> _Task goal_: The expected answer is the set of lines in the data below between the line holding "f 713 516 514" and the line holding "f 432 433 113", inclusive, written out exactly.

[Collected data]
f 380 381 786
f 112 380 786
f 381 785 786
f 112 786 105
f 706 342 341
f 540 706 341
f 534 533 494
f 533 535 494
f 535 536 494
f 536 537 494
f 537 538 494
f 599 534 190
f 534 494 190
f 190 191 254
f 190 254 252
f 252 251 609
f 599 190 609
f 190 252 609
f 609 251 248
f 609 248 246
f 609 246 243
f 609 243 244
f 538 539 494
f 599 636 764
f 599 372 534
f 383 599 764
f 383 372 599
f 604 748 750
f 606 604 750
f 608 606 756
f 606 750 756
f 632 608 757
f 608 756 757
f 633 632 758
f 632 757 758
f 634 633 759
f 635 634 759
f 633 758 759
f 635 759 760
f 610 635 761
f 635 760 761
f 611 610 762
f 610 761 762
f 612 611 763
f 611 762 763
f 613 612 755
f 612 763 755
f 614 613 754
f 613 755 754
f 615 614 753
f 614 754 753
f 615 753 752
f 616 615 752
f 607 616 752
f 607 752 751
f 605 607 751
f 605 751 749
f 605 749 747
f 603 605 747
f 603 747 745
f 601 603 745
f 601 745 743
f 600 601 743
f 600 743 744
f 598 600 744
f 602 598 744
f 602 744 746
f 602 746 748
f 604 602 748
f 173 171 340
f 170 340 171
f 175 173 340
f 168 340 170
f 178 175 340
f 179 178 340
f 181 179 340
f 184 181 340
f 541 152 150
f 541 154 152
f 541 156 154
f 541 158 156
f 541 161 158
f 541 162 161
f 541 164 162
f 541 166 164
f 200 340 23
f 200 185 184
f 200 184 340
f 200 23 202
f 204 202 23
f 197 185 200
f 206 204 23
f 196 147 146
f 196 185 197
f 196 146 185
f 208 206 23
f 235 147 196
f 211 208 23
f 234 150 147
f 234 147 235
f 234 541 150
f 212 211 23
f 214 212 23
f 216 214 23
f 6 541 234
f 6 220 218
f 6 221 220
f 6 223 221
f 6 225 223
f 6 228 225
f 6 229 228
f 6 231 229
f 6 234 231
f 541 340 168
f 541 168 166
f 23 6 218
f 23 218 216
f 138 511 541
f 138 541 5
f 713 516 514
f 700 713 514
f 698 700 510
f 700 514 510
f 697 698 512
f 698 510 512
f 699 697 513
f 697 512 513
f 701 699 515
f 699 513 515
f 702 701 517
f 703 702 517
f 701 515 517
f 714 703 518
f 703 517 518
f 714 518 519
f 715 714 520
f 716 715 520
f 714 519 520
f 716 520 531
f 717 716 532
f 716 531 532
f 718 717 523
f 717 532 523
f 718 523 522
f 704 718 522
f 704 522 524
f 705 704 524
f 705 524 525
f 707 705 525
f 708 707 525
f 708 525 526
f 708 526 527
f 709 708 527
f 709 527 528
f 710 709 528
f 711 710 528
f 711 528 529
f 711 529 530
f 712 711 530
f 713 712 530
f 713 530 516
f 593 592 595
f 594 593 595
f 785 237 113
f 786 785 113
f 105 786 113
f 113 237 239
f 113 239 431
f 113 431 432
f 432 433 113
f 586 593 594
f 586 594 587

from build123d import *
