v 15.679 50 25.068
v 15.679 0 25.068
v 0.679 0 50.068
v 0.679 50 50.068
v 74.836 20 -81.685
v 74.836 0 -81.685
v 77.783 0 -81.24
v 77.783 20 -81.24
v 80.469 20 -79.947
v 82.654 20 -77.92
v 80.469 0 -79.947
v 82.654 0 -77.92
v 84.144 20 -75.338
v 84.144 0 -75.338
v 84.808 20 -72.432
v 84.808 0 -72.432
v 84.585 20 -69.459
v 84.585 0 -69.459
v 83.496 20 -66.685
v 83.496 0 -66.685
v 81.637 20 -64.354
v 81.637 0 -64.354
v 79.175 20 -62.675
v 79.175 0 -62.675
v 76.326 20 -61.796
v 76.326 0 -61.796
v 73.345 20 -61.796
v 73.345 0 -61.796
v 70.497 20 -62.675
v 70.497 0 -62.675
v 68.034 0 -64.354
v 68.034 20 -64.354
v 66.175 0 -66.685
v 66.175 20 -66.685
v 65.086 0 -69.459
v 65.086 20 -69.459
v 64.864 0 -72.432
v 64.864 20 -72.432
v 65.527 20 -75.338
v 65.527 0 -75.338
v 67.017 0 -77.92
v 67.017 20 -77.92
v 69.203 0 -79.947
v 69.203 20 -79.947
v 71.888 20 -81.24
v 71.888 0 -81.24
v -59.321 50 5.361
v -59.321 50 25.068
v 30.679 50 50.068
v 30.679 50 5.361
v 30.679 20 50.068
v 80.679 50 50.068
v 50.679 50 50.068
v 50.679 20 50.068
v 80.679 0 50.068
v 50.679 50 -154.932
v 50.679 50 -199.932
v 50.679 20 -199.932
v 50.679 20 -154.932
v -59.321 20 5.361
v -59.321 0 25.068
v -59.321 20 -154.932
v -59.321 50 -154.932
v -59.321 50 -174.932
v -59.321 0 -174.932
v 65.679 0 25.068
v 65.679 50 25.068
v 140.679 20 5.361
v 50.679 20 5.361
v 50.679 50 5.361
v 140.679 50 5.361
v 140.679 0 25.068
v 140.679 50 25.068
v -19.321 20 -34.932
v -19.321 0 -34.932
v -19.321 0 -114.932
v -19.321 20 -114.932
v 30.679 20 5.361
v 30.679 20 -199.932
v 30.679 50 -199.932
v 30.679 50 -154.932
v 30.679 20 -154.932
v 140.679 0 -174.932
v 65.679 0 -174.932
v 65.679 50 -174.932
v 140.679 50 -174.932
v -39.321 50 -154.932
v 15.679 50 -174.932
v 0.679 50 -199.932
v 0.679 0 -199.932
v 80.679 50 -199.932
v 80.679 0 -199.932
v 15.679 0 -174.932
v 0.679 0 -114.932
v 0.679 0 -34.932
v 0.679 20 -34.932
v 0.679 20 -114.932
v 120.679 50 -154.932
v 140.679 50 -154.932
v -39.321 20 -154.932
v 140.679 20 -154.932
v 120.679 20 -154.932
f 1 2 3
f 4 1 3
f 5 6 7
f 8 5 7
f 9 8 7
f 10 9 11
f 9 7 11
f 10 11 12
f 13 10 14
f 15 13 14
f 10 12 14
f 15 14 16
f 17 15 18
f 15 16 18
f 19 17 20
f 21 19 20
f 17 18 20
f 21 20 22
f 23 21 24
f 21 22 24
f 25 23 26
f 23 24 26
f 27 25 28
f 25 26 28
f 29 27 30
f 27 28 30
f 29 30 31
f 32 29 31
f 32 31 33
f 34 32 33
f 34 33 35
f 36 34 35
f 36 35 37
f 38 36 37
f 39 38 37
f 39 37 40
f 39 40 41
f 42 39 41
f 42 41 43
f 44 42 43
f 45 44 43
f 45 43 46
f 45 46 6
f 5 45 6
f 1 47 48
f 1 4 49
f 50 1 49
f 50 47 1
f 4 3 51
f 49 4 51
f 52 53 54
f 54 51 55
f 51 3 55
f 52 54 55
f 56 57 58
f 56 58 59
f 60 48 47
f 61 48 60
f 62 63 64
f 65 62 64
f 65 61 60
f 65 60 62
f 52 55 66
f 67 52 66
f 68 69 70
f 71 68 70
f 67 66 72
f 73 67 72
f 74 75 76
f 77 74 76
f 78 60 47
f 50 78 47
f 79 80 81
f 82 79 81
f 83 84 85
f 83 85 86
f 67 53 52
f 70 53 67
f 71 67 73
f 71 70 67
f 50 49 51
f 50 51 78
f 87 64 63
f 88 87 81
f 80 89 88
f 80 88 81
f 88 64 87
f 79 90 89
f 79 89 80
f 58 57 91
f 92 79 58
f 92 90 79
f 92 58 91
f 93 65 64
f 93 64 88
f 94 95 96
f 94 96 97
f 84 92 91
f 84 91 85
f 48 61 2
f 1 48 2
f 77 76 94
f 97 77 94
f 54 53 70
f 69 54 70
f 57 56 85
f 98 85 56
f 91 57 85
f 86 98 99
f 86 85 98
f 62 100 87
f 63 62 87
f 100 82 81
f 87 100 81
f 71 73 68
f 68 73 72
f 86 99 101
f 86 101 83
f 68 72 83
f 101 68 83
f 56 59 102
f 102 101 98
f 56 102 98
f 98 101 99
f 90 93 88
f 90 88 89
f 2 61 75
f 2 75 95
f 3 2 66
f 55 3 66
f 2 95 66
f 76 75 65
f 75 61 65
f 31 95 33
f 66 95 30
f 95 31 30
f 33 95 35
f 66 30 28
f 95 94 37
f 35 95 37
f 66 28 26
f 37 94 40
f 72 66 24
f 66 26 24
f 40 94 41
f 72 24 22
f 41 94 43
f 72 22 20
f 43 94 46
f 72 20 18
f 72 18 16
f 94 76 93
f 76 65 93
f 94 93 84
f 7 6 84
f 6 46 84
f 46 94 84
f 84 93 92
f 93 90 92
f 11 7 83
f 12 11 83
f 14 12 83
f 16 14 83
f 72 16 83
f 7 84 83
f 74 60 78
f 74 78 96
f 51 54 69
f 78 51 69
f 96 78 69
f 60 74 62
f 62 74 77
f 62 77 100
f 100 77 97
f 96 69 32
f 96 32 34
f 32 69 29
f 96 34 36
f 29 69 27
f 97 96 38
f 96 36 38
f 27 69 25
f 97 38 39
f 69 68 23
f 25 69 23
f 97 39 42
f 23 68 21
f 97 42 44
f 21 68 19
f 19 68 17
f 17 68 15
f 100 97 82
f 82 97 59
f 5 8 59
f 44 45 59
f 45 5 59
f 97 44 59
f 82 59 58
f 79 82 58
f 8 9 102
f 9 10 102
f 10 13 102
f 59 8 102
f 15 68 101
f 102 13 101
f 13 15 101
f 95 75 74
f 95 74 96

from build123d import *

# Parameters (mm, degrees)
SKETCH1_W           = 200
SKETCH1_H           = 200
SKETCH1_W_2         = 20
SKETCH1_H_2         = 80
BOSS_EXTRUDE1_DEPTH = 50
SHELL1_START        = 20.678946788
SHELL1_OUTLINE_W    = 30
SHELL1_OUTLINE_H    = 160
SHELL1_DEPTH        = 100
SHELL1_START_2      = -39.321053212
SHELL1_2_OUTLINE_W  = 30
SHELL1_2_OUTLINE_H  = 20
SHELL1_2_DEPTH      = 60
SKETCH4_W           = 60
SKETCH4_H           = 120
CUT_EXTRUDE1_DEPTH  = 30
BOSS_EXTRUDE2_DEPTH = 50
SKETCH6_W           = 20
SKETCH6_H           = 45
CUT_EXTRUDE2_DEPTH  = 30
SKETCH7_R           = 10
CUT_EXTRUDE3_DEPTH  = 28
SKETCH8_W           = 160.292931591
SKETCH8_H           = 30
CUT_EXTRUDE4_DEPTH  = 213


# Read off the part's stored shape, not the designer's step: Shell1
with BuildPart() as part:
    # Sketch1 → Boss-Extrude1 (new body)
    with BuildSketch(Plane(origin=(0, 0, 0), x_dir=(1, 0, 0), z_dir=(0, 1, 0))):
        with Locations((40.678946788, 74.932071062)):
            Rectangle(SKETCH1_W, SKETCH1_H)
        with Locations((-9.321053212, 74.932071062)):
            Rectangle(SKETCH1_W_2, SKETCH1_H_2, mode=Mode.SUBTRACT)
    extrude(amount=BOSS_EXTRUDE1_DEPTH)

    # Shell1 outline → Shell1 (cut)
    with BuildSketch(Plane.YZ.offset(SHELL1_START)):
        with Locations((35, -74.932071062)):
            Rectangle(SHELL1_OUTLINE_W, SHELL1_OUTLINE_H)
    extrude(amount=SHELL1_DEPTH, mode=Mode.SUBTRACT)

    # Shell1 2 outline → Shell1 2 (cut)
    with BuildSketch(Plane.YZ.offset(SHELL1_START_2)):
        with Locations((35, -144.932071062)):
            Rectangle(SHELL1_2_OUTLINE_W, SHELL1_2_OUTLINE_H)
        with Locations((35, -4.932071062)):
            Rectangle(SHELL1_2_OUTLINE_W, SHELL1_2_OUTLINE_H)
    extrude(amount=SHELL1_2_DEPTH, mode=Mode.SUBTRACT)

    # Sketch4 → Cut-Extrude1 (cut)
    with BuildSketch(Plane(origin=(0, 50, 0), x_dir=(1, 0, 0), z_dir=(0, 1, 0))):
        with Locations((-9.321053212, 74.932071062)):
            Rectangle(SKETCH4_W, SKETCH4_H)
    extrude(amount=-CUT_EXTRUDE1_DEPTH, mode=Mode.SUBTRACT)

    # Sketch5 → Boss-Extrude2 (add)
    with BuildSketch(Plane.XZ):
        Polygon((40.678946788, 25.067928938), (15.678946788, 25.067928938), (0.678946788, 50.067928938), (80.678946788, 50.067928938), (65.678946788, 25.067928938), align=None)
    boss_extrude2 = extrude(amount=-BOSS_EXTRUDE2_DEPTH)

    # Sketch6 → Cut-Extrude2 (cut)
    with BuildSketch(Plane(origin=(0, 50, 0), x_dir=(1, 0, 0), z_dir=(0, 1, 0))):
        with Locations((40.678946788, -27.567928938)):
            Rectangle(SKETCH6_W, SKETCH6_H)
    cut_extrude2 = extrude(amount=-CUT_EXTRUDE2_DEPTH, mode=Mode.SUBTRACT)

    # Mirror1: Boss-Extrude2, Cut-Extrude2 across plane
    add(boss_extrude2.mirror(Plane.XY.offset(-74.932071062)))
    add(cut_extrude2.mirror(Plane.XY.offset(-74.932071062)), mode=Mode.SUBTRACT)

    # Sketch7 → Cut-Extrude3 (cut)
    with BuildSketch(Plane(origin=(0, 0, 0), x_dir=(-1, 0, 0), z_dir=(0, -1, 0))):
        with Locations(Location((-74.835730419, 71.684680876, 0), (0, 0, 90))):
            Circle(SKETCH7_R)
    extrude(amount=-CUT_EXTRUDE3_DEPTH, mode=Mode.SUBTRACT)

    # Sketch8 → Cut-Extrude4 (cut)
    with BuildSketch(Plane(origin=(140.678946788, 0, 0), x_dir=(0, 0, -1), z_dir=(1, 0, 0))):
        with Locations((74.785605266, 35)):
            Rectangle(SKETCH8_W, SKETCH8_H)
    extrude(amount=-CUT_EXTRUDE4_DEPTH, mode=Mode.SUBTRACT)


solid = part.part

> _Output below_:
f 713 516 514
f 700 713 514
f 698 700 510
f 700 514 510
f 697 698 512
f 698 510 512
f 699 697 513
f 697 512 513
f 701 699 515
f 699 513 515
f 702 701 517
f 703 702 517
f 701 515 517
f 714 703 518
f 703 517 518
f 714 518 519
f 715 714 520
f 716 715 520
f 714 519 520
f 716 520 531
f 717 716 532
f 716 531 532
f 718 717 523
f 717 532 523
f 718 523 522
f 704 718 522
f 704 522 524
f 705 704 524
f 705 524 525
f 707 705 525
f 708 707 525
f 708 525 526
f 708 526 527
f 709 708 527
f 709 527 528
f 710 709 528
f 711 710 528
f 711 528 529
f 711 529 530
f 712 711 530
f 713 712 530
f 713 530 516
f 593 592 595
f 594 593 595
f 785 237 113
f 786 785 113
f 105 786 113
f 113 237 239
f 113 239 431
f 113 431 432
f 432 433 113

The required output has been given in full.